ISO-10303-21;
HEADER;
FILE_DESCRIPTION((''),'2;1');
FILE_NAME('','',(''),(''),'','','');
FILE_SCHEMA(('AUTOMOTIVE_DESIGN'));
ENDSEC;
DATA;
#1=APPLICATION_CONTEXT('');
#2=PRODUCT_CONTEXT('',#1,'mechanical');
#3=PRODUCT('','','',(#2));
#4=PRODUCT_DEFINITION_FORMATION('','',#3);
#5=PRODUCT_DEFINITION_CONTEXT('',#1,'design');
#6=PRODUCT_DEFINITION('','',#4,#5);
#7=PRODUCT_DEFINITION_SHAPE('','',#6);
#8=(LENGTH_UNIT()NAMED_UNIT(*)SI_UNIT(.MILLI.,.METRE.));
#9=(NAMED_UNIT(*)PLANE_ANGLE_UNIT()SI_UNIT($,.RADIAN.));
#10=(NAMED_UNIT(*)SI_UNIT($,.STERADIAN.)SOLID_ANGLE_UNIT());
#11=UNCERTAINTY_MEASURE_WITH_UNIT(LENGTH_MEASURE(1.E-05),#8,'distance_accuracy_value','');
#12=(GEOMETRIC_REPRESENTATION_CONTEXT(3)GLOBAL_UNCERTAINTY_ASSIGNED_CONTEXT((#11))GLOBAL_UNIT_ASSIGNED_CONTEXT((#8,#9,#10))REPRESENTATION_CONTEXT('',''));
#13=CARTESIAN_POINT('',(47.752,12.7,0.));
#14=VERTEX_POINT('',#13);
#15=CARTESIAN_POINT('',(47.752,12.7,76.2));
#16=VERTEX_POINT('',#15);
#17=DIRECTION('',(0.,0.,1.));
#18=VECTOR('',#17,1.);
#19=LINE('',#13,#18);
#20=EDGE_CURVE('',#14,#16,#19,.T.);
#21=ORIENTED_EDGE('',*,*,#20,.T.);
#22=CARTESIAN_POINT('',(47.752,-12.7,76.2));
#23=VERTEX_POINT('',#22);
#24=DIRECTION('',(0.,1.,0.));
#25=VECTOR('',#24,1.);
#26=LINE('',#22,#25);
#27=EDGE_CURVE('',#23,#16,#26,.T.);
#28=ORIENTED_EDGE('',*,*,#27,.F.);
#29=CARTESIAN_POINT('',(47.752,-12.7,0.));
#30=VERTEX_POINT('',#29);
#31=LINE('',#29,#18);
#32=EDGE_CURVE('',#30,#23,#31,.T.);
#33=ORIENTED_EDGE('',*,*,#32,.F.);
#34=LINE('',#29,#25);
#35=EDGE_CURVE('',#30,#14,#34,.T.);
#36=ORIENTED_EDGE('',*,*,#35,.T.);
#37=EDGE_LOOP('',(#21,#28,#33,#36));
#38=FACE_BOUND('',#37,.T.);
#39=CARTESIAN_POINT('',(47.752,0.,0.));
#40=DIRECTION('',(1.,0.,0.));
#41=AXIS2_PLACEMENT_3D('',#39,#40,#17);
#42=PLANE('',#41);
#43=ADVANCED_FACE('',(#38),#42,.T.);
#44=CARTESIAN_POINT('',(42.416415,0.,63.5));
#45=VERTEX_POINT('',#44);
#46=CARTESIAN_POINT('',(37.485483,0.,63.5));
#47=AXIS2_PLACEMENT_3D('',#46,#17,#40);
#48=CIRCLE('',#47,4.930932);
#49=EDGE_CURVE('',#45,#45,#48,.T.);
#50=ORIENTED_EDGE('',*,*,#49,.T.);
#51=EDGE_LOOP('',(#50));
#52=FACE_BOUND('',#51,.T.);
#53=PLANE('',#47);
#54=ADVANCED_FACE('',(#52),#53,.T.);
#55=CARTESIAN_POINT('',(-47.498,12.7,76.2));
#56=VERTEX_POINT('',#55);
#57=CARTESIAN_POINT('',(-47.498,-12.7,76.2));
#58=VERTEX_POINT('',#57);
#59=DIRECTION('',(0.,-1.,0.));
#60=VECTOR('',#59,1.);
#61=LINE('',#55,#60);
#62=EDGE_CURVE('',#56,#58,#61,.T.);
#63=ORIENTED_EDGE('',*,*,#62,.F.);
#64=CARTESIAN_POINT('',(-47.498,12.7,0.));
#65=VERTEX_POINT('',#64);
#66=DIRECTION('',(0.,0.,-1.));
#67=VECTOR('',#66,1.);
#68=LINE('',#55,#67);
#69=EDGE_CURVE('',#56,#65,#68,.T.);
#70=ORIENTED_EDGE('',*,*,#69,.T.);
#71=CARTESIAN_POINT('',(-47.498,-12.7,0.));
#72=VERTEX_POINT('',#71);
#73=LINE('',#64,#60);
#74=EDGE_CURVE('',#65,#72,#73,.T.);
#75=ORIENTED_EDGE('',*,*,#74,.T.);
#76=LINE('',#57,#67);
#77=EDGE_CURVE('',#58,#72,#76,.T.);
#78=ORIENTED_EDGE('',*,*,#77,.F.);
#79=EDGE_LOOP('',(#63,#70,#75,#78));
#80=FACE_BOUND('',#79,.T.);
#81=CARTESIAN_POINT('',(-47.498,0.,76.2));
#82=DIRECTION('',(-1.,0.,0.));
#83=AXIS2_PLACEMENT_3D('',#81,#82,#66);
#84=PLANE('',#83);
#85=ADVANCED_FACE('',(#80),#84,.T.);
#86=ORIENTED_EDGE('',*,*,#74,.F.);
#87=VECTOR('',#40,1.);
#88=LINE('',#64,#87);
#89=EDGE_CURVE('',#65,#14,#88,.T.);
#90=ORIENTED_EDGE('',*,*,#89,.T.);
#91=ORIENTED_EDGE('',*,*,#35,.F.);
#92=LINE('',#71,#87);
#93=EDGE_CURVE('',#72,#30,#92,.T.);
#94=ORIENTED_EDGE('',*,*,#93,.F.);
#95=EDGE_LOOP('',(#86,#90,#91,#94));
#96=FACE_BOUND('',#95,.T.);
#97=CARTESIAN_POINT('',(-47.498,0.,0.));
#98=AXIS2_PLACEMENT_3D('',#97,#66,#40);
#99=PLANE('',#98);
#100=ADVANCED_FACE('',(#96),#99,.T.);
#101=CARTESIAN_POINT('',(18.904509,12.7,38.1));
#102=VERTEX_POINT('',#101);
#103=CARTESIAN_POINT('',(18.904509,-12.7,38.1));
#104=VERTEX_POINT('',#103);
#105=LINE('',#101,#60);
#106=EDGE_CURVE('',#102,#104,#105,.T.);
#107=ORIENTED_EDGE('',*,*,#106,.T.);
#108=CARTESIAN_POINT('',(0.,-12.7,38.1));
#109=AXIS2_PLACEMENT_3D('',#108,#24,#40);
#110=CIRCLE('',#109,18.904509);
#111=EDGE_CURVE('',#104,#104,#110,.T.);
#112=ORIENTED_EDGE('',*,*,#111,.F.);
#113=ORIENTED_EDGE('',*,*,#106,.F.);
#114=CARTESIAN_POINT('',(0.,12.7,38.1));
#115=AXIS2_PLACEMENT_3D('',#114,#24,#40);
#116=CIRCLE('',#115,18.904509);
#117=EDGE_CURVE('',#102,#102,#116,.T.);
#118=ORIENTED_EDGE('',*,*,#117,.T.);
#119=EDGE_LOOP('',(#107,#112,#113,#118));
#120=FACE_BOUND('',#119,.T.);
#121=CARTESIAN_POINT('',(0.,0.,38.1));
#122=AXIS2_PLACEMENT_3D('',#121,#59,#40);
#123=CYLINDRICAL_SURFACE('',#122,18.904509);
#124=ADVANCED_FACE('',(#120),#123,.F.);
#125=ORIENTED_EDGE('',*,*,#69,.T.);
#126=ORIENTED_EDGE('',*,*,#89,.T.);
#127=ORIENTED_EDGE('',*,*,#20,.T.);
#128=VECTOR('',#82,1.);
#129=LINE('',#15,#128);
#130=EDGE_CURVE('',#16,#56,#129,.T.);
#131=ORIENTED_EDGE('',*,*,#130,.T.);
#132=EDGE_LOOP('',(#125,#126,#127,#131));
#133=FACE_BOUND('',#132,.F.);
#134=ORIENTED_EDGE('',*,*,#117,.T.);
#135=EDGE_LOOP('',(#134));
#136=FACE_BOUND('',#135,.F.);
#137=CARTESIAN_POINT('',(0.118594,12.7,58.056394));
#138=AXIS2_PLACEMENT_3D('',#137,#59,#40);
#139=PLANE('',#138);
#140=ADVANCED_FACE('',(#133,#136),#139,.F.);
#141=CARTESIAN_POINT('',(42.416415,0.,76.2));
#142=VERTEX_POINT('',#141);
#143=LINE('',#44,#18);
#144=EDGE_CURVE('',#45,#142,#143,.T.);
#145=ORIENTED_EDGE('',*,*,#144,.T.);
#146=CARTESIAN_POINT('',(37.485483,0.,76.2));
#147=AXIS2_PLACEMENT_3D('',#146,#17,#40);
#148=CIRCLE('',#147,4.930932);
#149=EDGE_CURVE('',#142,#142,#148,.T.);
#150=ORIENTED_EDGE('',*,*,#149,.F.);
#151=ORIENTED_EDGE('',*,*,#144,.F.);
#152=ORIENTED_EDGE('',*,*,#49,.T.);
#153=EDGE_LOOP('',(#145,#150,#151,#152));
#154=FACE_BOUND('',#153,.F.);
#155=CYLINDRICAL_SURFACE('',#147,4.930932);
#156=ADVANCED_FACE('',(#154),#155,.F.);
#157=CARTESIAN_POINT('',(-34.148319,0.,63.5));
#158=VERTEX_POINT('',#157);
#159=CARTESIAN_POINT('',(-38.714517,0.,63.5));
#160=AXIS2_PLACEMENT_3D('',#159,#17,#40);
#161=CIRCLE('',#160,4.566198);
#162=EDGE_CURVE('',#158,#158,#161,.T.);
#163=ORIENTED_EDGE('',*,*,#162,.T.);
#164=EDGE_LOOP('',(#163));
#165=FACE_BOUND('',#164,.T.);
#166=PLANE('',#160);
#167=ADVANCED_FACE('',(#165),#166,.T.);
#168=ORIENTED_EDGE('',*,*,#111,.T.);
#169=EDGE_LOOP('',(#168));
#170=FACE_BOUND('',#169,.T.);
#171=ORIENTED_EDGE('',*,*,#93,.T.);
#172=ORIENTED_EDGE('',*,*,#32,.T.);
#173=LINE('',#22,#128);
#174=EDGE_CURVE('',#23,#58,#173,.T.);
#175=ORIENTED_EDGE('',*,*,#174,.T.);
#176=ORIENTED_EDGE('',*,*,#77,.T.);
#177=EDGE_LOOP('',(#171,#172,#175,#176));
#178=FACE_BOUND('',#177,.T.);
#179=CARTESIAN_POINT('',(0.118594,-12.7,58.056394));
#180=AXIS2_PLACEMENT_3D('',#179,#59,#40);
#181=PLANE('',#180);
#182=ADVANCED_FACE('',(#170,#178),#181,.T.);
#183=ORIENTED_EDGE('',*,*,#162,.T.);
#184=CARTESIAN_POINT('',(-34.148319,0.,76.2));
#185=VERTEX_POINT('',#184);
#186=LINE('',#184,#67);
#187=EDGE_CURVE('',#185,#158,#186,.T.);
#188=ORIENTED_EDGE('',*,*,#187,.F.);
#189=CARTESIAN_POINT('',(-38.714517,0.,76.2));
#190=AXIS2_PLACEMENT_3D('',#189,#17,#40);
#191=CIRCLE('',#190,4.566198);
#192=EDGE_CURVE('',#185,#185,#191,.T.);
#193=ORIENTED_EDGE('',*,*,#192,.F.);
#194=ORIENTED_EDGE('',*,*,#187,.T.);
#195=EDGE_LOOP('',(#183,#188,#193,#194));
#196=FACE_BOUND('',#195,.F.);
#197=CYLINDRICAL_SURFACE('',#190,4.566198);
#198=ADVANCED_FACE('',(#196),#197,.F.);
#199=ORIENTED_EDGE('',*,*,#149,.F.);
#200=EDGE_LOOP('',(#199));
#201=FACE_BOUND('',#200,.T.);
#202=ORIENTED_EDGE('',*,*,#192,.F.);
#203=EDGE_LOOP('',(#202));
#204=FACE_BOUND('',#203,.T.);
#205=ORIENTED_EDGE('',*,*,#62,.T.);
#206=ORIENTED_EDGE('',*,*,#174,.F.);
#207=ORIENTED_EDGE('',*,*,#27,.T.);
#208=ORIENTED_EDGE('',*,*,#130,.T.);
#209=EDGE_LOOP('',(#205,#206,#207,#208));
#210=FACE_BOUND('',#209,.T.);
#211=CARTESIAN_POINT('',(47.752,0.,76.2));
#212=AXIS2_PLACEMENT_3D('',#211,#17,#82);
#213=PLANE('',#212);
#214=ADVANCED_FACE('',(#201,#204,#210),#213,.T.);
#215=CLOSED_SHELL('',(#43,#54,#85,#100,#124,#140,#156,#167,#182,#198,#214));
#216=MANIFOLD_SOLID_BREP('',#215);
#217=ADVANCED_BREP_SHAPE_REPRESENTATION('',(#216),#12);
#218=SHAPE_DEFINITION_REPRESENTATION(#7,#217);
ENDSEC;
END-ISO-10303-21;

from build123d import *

# Parameters (mm, degrees)
F1_DEPTH = 12.7
F2_R     = 4.566198
F2_R_2   = 4.930932
F3_DEPTH = 12.7


with BuildPart() as f1:
    # F0 (on Front) → F1 (new body, symmetric)
    with BuildSketch(Plane.XZ):
        with BuildLine():
            Line((47.752, 38.1), (47.752, 76.2))
            Line((47.752, 76.2), (-47.498, 76.2))
            Line((-47.498, 76.2), (-47.498, 38.1))
            Line((-47.498, 38.1), (-18.904509, 38.1))
            ThreePointArc((-18.904509, 38.1), (0, 57.004509), (18.904509, 38.1))
            Line((18.904509, 38.1), (47.752, 38.1))
        make_face()
        with BuildLine():
            Line((47.752, 0), (47.752, 38.1))
            Line((47.752, 38.1), (18.904509, 38.1))
            ThreePointArc((18.904509, 38.1), (0, 19.195491), (-18.904509, 38.1))
            Line((-18.904509, 38.1), (-47.498, 38.1))
            Line((-47.498, 38.1), (-47.498, 0))
            Line((-47.498, 0), (47.752, 0))
        make_face()
    extrude(amount=F1_DEPTH, both=True)

    # F2 (on face) → F3 (cut, symmetric)
    with BuildSketch(Plane.XY.offset(76.2)):
        with Locations((-38.714517, 0)):
            Circle(F2_R)
        with Locations((37.485483, 0)):
            Circle(F2_R_2)
    extrude(amount=F3_DEPTH, both=True, mode=Mode.SUBTRACT)


solid = f1.part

* * * * * * * * *

**Task**
Of the lines above, output exactly those from the line bearing "#165=FACE_BOUND('',#164,.T.);" through the line bearing "#206=ORIENTED_EDGE('',*,*,#174,.F.);", inclusive.

**Solution to this exercise**
#165=FACE_BOUND('',#164,.T.);
#166=PLANE('',#160);
#167=ADVANCED_FACE('',(#165),#166,.T.);
#168=ORIENTED_EDGE('',*,*,#111,.T.);
#169=EDGE_LOOP('',(#168));
#170=FACE_BOUND('',#169,.T.);
#171=ORIENTED_EDGE('',*,*,#93,.T.);
#172=ORIENTED_EDGE('',*,*,#32,.T.);
#173=LINE('',#22,#128);
#174=EDGE_CURVE('',#23,#58,#173,.T.);
#175=ORIENTED_EDGE('',*,*,#174,.T.);
#176=ORIENTED_EDGE('',*,*,#77,.T.);
#177=EDGE_LOOP('',(#171,#172,#175,#176));
#178=FACE_BOUND('',#177,.T.);
#179=CARTESIAN_POINT('',(0.118594,-12.7,58.056394));
#180=AXIS2_PLACEMENT_3D('',#179,#59,#40);
#181=PLANE('',#180);
#182=ADVANCED_FACE('',(#170,#178),#181,.T.);
#183=ORIENTED_EDGE('',*,*,#162,.T.);
#184=CARTESIAN_POINT('',(-34.148319,0.,76.2));
#185=VERTEX_POINT('',#184);
#186=LINE('',#184,#67);
#187=EDGE_CURVE('',#185,#158,#186,.T.);
#188=ORIENTED_EDGE('',*,*,#187,.F.);
#189=CARTESIAN_POINT('',(-38.714517,0.,76.2));
#190=AXIS2_PLACEMENT_3D('',#189,#17,#40);
#191=CIRCLE('',#190,4.566198);
#192=EDGE_CURVE('',#185,#185,#191,.T.);
#193=ORIENTED_EDGE('',*,*,#192,.F.);
#194=ORIENTED_EDGE('',*,*,#187,.T.);
#195=EDGE_LOOP('',(#183,#188,#193,#194));
#196=FACE_BOUND('',#195,.F.);
#197=CYLINDRICAL_SURFACE('',#190,4.566198);
#198=ADVANCED_FACE('',(#196),#197,.F.);
#199=ORIENTED_EDGE('',*,*,#149,.F.);
#200=EDGE_LOOP('',(#199));
#201=FACE_BOUND('',#200,.T.);
#202=ORIENTED_EDGE('',*,*,#192,.F.);
#203=EDGE_LOOP('',(#202));
#204=FACE_BOUND('',#203,.T.);
#205=ORIENTED_EDGE('',*,*,#62,.T.);
#206=ORIENTED_EDGE('',*,*,#174,.F.);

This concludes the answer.